(What is required) There is material below. Print exactly the lines starting at the line with "#101=ORIENTED_EDGE('',*,*,#100,.T.);" and ending at the line with "#132=EDGE_CURVE('',#130,#115,#131,.T.);", ends included, and no others.

(Record excerpts)
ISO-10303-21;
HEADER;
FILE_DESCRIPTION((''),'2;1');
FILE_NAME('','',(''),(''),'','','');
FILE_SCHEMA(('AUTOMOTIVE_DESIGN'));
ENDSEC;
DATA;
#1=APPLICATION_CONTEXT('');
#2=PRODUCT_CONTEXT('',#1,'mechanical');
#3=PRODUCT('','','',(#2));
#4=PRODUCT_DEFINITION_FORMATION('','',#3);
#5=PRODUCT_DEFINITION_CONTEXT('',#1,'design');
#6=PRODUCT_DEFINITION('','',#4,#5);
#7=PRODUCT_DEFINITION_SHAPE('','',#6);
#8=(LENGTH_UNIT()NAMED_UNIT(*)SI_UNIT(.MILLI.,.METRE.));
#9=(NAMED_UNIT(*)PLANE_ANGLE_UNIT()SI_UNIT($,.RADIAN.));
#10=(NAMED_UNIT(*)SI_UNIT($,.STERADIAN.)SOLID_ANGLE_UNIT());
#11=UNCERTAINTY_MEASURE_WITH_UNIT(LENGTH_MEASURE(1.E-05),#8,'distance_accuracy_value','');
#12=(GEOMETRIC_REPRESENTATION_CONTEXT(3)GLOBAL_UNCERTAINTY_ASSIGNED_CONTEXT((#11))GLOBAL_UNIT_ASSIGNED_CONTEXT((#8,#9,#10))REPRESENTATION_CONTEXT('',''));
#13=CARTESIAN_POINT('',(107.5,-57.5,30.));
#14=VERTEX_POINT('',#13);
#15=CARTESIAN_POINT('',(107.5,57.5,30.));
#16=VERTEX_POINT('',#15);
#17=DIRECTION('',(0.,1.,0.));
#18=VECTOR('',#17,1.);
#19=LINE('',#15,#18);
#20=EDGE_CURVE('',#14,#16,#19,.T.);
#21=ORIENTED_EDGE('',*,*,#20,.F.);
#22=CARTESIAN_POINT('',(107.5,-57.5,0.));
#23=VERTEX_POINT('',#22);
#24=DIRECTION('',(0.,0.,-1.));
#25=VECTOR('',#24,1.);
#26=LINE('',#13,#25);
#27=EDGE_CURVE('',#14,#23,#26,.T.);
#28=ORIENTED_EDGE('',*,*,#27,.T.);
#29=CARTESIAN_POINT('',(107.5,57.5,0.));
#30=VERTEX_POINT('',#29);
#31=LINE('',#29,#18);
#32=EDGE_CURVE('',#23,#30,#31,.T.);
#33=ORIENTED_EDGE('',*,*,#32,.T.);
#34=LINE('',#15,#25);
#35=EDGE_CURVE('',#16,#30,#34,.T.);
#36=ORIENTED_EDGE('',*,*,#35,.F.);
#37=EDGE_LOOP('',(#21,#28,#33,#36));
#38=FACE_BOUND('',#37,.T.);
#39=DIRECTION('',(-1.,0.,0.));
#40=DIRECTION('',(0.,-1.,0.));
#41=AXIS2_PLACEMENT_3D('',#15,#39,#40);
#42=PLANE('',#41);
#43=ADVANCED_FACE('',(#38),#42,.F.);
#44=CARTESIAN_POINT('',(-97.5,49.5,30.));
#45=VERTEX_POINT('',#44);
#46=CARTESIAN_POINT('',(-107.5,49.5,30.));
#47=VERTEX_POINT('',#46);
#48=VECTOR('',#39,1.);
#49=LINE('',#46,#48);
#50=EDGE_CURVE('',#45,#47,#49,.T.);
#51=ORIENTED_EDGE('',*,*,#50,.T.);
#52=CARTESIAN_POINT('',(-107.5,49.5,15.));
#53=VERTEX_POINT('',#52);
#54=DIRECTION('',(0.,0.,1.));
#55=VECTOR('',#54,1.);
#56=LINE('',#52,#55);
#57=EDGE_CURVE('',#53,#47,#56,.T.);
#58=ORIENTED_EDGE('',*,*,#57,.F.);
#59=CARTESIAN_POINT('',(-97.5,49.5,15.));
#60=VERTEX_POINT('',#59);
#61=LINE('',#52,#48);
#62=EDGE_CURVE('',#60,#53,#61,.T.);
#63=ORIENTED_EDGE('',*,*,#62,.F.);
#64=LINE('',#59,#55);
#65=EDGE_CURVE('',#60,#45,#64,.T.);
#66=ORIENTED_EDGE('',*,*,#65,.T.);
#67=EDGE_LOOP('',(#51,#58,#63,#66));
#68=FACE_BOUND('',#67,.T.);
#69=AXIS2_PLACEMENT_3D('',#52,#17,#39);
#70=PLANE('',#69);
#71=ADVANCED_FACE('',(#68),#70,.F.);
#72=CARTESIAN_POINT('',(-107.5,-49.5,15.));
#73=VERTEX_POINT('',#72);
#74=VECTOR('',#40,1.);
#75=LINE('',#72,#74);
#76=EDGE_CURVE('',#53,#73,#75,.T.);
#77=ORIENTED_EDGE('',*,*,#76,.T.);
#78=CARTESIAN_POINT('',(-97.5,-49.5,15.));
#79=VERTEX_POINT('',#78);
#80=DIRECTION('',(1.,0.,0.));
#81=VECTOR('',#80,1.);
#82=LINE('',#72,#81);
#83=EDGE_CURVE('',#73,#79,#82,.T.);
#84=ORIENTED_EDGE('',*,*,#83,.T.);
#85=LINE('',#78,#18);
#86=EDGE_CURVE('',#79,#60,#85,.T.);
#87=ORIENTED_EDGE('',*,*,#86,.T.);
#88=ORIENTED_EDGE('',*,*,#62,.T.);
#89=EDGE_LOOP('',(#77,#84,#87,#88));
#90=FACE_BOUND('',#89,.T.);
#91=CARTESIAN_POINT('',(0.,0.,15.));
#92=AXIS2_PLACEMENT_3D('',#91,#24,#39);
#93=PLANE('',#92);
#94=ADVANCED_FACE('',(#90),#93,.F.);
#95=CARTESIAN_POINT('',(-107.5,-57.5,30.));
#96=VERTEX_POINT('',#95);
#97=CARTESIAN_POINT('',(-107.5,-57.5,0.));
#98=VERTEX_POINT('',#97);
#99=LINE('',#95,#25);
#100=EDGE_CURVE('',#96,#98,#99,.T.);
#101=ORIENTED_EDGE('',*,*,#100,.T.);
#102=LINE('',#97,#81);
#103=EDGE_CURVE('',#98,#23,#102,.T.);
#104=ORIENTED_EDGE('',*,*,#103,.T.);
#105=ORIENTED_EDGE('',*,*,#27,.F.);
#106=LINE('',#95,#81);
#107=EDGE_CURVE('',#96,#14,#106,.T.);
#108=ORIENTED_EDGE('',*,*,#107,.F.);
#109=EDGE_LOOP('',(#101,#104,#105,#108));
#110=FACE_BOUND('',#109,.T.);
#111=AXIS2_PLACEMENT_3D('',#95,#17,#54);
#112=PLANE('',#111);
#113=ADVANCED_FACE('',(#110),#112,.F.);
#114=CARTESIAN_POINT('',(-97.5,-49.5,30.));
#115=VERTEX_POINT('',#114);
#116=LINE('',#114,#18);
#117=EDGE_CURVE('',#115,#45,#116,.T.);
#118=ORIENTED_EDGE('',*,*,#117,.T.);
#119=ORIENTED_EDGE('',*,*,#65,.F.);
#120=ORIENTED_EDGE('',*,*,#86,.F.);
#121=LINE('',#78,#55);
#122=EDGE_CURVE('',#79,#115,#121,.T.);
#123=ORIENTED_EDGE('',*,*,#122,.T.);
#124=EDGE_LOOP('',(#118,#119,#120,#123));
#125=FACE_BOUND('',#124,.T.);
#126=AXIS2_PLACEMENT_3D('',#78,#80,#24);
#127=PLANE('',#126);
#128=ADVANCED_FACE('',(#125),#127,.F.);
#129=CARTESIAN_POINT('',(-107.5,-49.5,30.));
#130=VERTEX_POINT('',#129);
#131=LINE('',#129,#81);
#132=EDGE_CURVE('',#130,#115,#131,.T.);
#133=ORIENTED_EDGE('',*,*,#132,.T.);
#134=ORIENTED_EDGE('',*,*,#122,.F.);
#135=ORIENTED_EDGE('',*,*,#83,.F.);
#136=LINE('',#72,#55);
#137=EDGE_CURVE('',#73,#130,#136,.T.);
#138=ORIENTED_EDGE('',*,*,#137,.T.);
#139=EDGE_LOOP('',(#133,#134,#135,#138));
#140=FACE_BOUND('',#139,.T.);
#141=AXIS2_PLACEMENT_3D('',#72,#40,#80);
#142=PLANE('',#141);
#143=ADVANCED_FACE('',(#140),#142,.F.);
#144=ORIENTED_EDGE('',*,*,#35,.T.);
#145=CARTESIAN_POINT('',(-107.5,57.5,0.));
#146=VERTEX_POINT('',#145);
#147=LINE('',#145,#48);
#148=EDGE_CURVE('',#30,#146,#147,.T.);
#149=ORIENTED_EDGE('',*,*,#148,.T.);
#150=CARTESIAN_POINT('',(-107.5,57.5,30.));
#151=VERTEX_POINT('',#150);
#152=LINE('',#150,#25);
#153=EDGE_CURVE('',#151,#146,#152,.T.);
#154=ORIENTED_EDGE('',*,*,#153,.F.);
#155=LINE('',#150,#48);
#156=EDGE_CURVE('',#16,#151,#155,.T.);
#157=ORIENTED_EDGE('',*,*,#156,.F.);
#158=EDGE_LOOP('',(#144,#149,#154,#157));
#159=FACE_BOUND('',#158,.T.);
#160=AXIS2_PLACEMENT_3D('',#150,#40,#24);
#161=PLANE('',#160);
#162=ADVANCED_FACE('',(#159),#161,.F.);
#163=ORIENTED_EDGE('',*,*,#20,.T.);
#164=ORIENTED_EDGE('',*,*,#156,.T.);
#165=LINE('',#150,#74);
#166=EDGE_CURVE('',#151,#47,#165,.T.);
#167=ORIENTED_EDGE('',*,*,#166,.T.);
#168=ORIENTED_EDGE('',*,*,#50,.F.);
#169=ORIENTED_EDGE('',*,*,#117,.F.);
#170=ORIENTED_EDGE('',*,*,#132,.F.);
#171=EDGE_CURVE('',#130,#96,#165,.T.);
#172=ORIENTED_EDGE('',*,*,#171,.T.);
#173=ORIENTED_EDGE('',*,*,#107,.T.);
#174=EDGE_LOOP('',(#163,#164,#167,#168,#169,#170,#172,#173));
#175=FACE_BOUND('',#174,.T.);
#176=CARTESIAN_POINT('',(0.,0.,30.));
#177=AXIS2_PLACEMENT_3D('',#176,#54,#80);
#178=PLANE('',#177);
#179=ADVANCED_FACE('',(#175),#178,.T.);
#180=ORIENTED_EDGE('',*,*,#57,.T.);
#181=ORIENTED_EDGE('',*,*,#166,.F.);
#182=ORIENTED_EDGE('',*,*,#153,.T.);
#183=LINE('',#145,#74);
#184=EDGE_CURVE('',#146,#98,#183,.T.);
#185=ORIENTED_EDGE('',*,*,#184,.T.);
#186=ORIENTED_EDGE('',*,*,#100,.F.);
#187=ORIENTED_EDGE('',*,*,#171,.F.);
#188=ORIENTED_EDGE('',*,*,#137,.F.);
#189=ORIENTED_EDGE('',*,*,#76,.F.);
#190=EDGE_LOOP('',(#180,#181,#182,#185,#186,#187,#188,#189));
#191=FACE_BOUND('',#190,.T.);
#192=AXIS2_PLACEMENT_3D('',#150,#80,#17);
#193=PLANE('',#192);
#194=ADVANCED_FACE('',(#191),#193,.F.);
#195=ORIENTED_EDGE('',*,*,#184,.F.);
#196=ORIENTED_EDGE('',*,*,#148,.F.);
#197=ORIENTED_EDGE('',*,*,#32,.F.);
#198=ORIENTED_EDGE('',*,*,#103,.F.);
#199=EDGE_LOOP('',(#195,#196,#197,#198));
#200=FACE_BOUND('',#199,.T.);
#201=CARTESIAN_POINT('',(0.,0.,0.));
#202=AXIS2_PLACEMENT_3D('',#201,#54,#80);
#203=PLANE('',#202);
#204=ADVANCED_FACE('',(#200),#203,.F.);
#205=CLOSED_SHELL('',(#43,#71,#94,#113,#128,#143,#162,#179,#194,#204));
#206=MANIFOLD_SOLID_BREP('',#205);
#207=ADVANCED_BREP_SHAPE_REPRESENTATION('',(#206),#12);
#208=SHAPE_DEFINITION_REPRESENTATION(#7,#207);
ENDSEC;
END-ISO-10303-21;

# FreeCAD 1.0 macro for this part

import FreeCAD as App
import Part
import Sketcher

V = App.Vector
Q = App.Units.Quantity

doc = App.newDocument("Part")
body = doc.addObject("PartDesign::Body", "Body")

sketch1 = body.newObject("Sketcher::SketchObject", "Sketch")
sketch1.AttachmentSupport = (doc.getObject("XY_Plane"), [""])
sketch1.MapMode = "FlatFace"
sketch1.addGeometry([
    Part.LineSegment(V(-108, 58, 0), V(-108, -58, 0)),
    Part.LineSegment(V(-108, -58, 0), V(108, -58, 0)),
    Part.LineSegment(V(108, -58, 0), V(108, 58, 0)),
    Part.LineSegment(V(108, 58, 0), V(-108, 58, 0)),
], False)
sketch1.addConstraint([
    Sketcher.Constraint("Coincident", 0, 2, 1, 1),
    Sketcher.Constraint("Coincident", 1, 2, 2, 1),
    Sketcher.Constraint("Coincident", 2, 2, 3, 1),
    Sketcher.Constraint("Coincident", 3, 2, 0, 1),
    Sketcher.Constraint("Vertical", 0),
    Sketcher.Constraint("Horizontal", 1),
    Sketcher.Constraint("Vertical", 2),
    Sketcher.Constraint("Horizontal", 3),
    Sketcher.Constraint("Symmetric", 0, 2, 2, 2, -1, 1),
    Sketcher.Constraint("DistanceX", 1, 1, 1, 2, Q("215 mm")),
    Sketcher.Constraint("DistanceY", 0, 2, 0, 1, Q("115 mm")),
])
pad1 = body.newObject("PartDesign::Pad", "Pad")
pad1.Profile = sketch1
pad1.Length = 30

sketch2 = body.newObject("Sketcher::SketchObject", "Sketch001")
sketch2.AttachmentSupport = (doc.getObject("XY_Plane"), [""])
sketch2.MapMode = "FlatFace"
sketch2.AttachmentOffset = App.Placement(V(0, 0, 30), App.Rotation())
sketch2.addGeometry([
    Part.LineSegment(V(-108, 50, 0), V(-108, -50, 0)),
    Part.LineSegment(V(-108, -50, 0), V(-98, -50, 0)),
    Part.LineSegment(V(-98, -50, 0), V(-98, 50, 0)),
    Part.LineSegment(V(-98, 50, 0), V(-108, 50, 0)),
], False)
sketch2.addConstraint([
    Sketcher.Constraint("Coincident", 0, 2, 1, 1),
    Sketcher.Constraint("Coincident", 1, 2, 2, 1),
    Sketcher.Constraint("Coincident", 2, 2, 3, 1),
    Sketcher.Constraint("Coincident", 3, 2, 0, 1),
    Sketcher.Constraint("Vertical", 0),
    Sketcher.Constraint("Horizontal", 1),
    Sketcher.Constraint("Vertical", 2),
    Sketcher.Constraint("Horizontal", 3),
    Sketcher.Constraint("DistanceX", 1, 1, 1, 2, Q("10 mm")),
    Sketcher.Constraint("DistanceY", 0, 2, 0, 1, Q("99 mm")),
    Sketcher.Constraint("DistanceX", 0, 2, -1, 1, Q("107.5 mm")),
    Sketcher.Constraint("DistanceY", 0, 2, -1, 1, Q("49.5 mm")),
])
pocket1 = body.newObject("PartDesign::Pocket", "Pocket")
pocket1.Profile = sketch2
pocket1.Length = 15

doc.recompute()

(Reply to the task)
#101=ORIENTED_EDGE('',*,*,#100,.T.);
#102=LINE('',#97,#81);
#103=EDGE_CURVE('',#98,#23,#102,.T.);
#104=ORIENTED_EDGE('',*,*,#103,.T.);
#105=ORIENTED_EDGE('',*,*,#27,.F.);
#106=LINE('',#95,#81);
#107=EDGE_CURVE('',#96,#14,#106,.T.);
#108=ORIENTED_EDGE('',*,*,#107,.F.);
#109=EDGE_LOOP('',(#101,#104,#105,#108));
#110=FACE_BOUND('',#109,.T.);
#111=AXIS2_PLACEMENT_3D('',#95,#17,#54);
#112=PLANE('',#111);
#113=ADVANCED_FACE('',(#110),#112,.F.);
#114=CARTESIAN_POINT('',(-97.5,-49.5,30.));
#115=VERTEX_POINT('',#114);
#116=LINE('',#114,#18);
#117=EDGE_CURVE('',#115,#45,#116,.T.);
#118=ORIENTED_EDGE('',*,*,#117,.T.);
#119=ORIENTED_EDGE('',*,*,#65,.F.);
#120=ORIENTED_EDGE('',*,*,#86,.F.);
#121=LINE('',#78,#55);
#122=EDGE_CURVE('',#79,#115,#121,.T.);
#123=ORIENTED_EDGE('',*,*,#122,.T.);
#124=EDGE_LOOP('',(#118,#119,#120,#123));
#125=FACE_BOUND('',#124,.T.);
#126=AXIS2_PLACEMENT_3D('',#78,#80,#24);
#127=PLANE('',#126);
#128=ADVANCED_FACE('',(#125),#127,.F.);
#129=CARTESIAN_POINT('',(-107.5,-49.5,30.));
#130=VERTEX_POINT('',#129);
#131=LINE('',#129,#81);
#132=EDGE_CURVE('',#130,#115,#131,.T.);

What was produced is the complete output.